Entertainment

13 Assassins

Takashi Miike, Japan’s pro lific (83 movies in 20 years!) master of mayhem, wastes no time in getting down to the nitty-gritty in “13 Assassins.”

It opens with a gentleman in 1844 Japan committing harikari. Miike never lets the camera go below the man’s chest, so we’re spared most of the gore. But that doesn’t mean Miike — director of “Audition,” “Ichi the Killer” and “Gozu” — is mellowing.

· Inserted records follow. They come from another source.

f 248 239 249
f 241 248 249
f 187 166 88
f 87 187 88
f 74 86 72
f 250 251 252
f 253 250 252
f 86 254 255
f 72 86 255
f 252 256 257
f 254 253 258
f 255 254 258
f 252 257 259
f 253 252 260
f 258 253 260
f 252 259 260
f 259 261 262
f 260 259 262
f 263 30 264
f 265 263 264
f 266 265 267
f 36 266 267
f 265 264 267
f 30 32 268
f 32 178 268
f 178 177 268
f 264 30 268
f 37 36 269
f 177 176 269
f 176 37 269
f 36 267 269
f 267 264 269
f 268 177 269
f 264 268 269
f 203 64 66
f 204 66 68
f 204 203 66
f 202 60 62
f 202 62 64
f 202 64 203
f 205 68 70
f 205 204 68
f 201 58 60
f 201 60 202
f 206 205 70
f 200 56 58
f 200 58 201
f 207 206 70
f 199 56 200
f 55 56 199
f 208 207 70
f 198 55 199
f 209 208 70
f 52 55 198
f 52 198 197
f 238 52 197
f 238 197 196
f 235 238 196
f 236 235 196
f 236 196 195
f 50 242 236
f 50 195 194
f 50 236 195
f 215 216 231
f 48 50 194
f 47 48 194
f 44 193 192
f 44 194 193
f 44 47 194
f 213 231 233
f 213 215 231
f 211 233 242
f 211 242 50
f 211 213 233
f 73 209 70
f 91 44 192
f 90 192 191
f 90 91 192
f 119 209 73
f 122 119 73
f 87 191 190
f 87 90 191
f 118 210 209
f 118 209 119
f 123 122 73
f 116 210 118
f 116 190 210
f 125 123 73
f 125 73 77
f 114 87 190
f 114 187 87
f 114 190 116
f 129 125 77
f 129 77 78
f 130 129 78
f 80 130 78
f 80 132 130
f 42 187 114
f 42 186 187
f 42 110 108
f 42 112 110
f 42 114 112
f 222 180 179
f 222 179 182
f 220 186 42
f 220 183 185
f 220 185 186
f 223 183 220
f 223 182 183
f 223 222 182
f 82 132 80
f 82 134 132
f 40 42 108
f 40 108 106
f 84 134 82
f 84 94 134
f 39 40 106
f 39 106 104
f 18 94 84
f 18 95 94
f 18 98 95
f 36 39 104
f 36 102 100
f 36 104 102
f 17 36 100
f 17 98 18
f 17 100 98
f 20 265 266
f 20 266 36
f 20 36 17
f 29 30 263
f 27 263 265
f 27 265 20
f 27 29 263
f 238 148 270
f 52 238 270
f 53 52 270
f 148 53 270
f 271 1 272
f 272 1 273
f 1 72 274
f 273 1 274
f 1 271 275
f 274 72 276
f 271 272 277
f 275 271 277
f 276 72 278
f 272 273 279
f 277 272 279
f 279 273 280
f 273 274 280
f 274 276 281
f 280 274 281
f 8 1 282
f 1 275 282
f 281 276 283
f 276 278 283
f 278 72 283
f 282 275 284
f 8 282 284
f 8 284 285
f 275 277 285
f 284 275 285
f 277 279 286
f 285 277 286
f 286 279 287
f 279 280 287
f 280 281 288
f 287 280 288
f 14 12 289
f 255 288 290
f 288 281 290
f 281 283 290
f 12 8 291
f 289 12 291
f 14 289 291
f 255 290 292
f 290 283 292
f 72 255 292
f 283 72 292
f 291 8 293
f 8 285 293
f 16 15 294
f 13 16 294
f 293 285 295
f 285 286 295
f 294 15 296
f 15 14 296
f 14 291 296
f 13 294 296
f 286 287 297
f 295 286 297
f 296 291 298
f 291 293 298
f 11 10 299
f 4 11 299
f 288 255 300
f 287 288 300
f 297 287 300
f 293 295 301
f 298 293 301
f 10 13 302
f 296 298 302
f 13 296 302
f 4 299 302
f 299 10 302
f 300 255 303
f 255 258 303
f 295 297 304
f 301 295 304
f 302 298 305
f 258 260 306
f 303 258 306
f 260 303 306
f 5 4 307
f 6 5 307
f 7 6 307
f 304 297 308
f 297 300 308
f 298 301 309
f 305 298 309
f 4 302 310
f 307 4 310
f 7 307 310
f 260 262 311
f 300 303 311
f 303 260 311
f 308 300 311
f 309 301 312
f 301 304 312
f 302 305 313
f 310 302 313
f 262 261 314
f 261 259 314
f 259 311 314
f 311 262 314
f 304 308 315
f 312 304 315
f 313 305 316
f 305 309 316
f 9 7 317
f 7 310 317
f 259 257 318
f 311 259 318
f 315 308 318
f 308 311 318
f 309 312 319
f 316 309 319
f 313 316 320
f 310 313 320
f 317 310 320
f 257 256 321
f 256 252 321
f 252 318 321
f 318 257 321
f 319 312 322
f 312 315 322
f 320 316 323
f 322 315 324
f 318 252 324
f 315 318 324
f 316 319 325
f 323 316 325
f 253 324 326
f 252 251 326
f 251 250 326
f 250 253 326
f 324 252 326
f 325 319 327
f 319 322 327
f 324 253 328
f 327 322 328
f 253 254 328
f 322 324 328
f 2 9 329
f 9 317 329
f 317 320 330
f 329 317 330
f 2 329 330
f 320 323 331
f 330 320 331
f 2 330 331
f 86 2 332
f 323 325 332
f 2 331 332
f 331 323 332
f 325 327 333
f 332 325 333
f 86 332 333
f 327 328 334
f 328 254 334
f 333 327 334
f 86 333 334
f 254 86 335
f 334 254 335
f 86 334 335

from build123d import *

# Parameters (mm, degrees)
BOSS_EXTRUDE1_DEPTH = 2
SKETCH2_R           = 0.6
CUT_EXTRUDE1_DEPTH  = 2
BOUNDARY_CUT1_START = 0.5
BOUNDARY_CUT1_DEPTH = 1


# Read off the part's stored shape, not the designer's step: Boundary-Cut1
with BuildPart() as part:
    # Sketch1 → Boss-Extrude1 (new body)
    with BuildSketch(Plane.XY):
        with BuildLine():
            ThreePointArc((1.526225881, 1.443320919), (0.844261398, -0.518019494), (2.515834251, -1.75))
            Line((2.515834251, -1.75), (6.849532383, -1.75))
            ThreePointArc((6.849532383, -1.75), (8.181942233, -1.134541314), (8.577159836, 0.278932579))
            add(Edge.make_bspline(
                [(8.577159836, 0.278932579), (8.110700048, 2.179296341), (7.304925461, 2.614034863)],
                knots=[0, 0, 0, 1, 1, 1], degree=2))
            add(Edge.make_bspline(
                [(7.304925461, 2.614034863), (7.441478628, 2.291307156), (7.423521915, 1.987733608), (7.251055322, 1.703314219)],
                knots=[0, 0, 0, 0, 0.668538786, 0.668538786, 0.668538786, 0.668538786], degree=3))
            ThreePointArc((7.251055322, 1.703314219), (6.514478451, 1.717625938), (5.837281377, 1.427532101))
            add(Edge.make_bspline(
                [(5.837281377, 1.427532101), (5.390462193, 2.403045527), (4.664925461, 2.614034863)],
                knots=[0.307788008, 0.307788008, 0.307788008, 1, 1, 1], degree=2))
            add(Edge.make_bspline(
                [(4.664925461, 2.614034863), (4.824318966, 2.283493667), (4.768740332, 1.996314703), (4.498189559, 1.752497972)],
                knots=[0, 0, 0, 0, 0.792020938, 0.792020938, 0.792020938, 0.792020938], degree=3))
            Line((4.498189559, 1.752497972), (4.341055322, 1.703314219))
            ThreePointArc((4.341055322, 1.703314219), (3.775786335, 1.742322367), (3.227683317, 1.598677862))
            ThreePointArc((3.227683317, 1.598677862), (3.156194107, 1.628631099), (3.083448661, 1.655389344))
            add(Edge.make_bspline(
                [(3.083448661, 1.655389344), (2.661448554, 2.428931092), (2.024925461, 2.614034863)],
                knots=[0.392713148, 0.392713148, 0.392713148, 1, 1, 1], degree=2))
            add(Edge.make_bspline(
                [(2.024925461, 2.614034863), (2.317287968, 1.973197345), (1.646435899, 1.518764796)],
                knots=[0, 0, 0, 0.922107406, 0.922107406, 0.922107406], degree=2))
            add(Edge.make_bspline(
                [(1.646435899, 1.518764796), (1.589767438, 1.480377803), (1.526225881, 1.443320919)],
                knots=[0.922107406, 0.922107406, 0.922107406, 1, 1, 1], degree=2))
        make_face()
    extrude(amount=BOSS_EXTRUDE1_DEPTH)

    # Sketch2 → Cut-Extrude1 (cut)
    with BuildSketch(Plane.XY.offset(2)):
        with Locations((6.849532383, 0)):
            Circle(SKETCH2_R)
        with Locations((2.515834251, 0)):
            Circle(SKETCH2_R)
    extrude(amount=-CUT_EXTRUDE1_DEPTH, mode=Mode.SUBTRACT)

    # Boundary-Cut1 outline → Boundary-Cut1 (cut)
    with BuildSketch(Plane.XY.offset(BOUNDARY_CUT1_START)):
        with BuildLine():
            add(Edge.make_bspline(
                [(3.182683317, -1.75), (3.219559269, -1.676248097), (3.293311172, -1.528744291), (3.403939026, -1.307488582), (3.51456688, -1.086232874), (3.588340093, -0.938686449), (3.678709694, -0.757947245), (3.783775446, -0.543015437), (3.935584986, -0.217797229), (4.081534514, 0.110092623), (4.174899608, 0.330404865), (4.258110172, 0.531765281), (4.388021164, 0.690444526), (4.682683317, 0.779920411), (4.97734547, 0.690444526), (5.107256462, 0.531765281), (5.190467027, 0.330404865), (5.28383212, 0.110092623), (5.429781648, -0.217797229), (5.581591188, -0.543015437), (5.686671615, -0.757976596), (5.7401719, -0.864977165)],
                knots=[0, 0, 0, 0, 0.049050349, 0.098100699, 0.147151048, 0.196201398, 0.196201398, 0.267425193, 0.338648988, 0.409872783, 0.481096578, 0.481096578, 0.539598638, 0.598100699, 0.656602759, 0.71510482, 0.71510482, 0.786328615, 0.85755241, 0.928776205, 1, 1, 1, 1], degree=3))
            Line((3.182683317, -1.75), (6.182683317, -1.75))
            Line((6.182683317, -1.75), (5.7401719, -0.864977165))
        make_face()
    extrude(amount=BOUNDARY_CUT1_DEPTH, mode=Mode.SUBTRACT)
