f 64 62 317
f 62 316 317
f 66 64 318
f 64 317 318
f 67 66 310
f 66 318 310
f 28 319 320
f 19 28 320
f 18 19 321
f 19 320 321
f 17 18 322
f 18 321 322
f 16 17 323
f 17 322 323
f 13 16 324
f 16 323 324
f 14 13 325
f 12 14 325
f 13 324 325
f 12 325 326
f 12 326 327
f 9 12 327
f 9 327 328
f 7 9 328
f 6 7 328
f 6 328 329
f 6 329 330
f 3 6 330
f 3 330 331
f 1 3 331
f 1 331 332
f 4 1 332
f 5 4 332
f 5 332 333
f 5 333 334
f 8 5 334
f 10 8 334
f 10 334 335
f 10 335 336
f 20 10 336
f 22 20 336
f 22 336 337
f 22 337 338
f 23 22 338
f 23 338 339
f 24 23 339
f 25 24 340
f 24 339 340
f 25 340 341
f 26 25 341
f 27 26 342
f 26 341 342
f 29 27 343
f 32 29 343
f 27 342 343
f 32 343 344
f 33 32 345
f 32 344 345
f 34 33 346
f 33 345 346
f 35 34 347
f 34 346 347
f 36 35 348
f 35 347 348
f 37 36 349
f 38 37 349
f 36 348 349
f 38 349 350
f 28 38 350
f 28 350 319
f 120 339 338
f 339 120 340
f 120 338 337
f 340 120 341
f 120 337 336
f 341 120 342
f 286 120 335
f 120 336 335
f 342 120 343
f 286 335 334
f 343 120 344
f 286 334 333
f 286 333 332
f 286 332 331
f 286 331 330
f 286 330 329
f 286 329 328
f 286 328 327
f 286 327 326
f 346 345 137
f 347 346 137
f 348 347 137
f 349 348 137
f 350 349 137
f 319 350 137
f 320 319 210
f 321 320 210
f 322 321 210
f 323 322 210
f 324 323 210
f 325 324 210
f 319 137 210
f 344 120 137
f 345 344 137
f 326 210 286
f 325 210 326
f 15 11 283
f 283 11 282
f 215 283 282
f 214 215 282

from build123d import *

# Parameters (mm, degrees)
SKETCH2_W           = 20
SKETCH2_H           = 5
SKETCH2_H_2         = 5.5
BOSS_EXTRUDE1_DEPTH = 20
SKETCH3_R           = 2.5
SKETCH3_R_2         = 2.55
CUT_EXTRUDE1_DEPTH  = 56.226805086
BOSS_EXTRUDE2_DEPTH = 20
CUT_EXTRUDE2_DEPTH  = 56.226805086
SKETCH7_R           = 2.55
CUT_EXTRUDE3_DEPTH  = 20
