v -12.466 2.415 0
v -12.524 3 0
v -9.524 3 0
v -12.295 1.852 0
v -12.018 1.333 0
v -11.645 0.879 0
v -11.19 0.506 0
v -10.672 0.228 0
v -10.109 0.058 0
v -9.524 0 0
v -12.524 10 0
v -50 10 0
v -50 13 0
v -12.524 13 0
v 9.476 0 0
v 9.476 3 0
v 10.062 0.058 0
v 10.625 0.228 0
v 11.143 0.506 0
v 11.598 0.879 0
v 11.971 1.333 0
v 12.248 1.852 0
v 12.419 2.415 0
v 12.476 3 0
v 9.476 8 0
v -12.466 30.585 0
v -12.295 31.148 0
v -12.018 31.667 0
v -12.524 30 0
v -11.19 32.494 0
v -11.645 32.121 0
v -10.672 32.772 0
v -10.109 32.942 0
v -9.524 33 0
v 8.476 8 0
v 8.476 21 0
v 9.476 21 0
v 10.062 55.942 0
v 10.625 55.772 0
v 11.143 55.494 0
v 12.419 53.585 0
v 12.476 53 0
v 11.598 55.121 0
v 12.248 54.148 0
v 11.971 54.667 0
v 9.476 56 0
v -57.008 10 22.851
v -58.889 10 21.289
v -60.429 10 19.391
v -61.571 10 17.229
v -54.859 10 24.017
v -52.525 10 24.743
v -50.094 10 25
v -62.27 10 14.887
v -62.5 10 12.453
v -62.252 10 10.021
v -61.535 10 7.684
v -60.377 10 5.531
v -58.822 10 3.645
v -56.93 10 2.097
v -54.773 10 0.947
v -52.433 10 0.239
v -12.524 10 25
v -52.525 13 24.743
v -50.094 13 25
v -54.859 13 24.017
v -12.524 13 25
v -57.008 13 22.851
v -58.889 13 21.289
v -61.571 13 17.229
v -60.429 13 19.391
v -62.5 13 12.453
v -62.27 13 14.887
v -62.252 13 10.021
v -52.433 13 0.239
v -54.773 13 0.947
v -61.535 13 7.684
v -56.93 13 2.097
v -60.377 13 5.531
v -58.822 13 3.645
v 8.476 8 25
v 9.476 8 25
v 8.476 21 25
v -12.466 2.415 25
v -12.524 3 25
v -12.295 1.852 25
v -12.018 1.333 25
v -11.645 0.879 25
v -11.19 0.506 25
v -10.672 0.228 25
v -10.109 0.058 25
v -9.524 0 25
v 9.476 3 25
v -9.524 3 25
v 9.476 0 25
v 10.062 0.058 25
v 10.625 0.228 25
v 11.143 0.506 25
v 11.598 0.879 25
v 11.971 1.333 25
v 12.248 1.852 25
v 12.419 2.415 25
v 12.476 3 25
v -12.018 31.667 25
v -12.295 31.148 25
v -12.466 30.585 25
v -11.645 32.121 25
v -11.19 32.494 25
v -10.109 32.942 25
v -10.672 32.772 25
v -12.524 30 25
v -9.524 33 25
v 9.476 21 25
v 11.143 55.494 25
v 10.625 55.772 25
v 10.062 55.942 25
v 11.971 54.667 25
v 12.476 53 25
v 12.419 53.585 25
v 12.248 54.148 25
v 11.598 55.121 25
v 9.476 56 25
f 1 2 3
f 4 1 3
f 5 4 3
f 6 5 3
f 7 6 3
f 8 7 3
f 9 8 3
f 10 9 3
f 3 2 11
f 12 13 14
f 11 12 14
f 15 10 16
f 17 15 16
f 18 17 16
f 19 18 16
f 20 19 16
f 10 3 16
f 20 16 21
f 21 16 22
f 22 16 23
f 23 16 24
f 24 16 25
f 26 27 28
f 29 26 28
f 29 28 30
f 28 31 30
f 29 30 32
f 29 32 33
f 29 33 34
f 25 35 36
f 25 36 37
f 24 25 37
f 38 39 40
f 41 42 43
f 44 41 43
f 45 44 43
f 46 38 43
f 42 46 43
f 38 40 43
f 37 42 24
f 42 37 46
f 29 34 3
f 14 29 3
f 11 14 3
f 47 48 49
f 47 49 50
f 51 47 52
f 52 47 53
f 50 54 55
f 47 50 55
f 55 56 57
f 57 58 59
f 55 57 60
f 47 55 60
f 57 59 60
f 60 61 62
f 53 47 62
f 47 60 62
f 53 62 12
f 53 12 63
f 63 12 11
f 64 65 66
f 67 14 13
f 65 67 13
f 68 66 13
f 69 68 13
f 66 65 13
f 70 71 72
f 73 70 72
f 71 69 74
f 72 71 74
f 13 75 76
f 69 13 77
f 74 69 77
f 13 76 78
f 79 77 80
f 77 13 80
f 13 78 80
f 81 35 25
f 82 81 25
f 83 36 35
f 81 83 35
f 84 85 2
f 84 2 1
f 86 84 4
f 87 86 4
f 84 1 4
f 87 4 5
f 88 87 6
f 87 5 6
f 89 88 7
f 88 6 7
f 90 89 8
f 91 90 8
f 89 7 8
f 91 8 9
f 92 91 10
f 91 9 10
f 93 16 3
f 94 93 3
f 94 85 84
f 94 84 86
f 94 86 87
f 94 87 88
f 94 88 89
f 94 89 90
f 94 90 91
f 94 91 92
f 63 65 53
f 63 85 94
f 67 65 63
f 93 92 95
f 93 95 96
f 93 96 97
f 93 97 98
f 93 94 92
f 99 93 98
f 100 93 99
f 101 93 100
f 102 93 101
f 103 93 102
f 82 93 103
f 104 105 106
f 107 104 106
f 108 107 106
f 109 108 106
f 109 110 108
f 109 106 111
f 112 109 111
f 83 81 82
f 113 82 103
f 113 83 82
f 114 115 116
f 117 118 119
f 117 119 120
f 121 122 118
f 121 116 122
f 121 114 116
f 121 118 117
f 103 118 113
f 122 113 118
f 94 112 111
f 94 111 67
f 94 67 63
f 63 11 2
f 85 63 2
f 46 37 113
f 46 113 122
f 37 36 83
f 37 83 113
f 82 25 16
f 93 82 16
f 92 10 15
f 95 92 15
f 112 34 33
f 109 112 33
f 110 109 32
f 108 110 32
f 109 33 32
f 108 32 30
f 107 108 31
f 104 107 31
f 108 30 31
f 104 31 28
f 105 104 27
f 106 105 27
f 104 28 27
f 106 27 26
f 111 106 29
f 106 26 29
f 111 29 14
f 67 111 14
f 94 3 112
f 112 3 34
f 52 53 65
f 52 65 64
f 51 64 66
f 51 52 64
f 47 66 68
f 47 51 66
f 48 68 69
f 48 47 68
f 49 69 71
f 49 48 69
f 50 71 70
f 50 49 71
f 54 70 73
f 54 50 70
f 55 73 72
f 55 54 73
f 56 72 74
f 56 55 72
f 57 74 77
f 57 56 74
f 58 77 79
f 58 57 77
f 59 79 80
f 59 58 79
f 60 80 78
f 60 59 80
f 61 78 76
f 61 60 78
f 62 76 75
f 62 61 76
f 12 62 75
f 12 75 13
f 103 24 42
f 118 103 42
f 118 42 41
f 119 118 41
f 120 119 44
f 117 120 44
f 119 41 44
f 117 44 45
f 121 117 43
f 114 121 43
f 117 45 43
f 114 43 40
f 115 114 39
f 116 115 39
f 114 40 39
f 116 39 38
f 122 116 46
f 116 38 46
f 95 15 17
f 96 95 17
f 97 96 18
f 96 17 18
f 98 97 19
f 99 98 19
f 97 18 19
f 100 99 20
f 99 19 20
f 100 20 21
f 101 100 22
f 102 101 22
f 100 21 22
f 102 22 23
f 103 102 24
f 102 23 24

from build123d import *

# Parameters (mm, degrees)
PAD_DEPTH    = 25
POCKET_DEPTH = 5


with BuildPart() as part:
    # Sketch → Pad (new body)
    with BuildSketch(Plane.XY):
        with BuildLine():
            Line((0, 0), (9.47649, 0))
            ThreePointArc((9.47649, 0), (11.59781, 0.87868), (12.47649, 3))
            Line((12.47649, 3), (12.47649, 53))
            ThreePointArc((12.47649, 53), (11.59781, 55.12132), (9.47649, 56))
            Line((9.47649, 21), (9.47649, 56))
            Line((8.47649, 21), (9.47649, 21))
            Line((8.47649, 21), (8.47649, 8))
            Line((8.47649, 8), (9.47649, 8))
            Line((9.47649, 8), (9.47649, 3))
            Line((9.47649, 3), (-9.52351, 3))
            Line((-9.52351, 3), (-9.52351, 33))
            ThreePointArc((-9.52351, 33), (-11.64483, 32.12132), (-12.52351, 30))
            Line((-12.52351, 30), (-12.52351, 13))
            Line((-12.52351, 13), (-62.52351, 13))
            Line((-62.52351, 13), (-62.52351, 10))
            Line((-62.52351, 10), (-12.52351, 10))
            Line((-12.52351, 10), (-12.52351, 3))
            ThreePointArc((-12.52351, 3), (-11.64483, 0.87868), (-9.52351, 0))
            Line((-9.52351, 0), (0, 0))
        make_face()
    extrude(amount=PAD_DEPTH)

    # Sketch001 (on Face10 of Pad) → Pocket (cut)
    with BuildSketch(Plane.XZ.offset(-10)):
        with BuildLine():
            ThreePointArc((-50, 25.000353), (-62.500176, 12.500176), (-50, 0))
            Line((-50, -4.568982), (-50, 0))
            Line((-68, -4.568982), (-50, -4.568982))
            Line((-68, 31), (-68, -4.568982))
            Line((-50, 31), (-68, 31))
            Line((-50, 25.000353), (-50, 31))
        make_face()
    extrude(amount=-POCKET_DEPTH, mode=Mode.SUBTRACT)


solid = part.part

There’s lots of bloodletting ahead in this homage to Akira Kurosawa’s “The Seven Samurai”: severed heads, dripping blood, a naked woman hobbling about minus her legs and hands, the cutting out of tongues, a woman and her children being slaughtered by arrows.

And let’s not forget the spectacular battle — 13 samurai vs. 200 bad guys — that takes up the final third of the movie. (Kurosawa’s “Ran” comes to mind.)

Koji Yakusho (“Shall We Dance?”) stars as the boss samurai, who’s hired to get rid of a Khadafy-like lord. The samurai are outnumbered, for sure, but they have a diabolical idea, changing a peaceful mountain village into a fiery deathtrap.

The ensuing battle is a pulse-quickening masterpiece that would please the mighty Kurosawa.

“13 Assassins” is a must-see for Miike’s passionate legion of fans. But even action buffs who’ve never seen any of his films before will be drawn in by this masterful exercise in cinematic butchery.

We eagerly await the debut of Miike’s first 3-D movie, “Hara-Kiri: Death of a Samurai,” which next month becomes the first 3-D flick shown in competition in Cannes. Beware the squirting blood.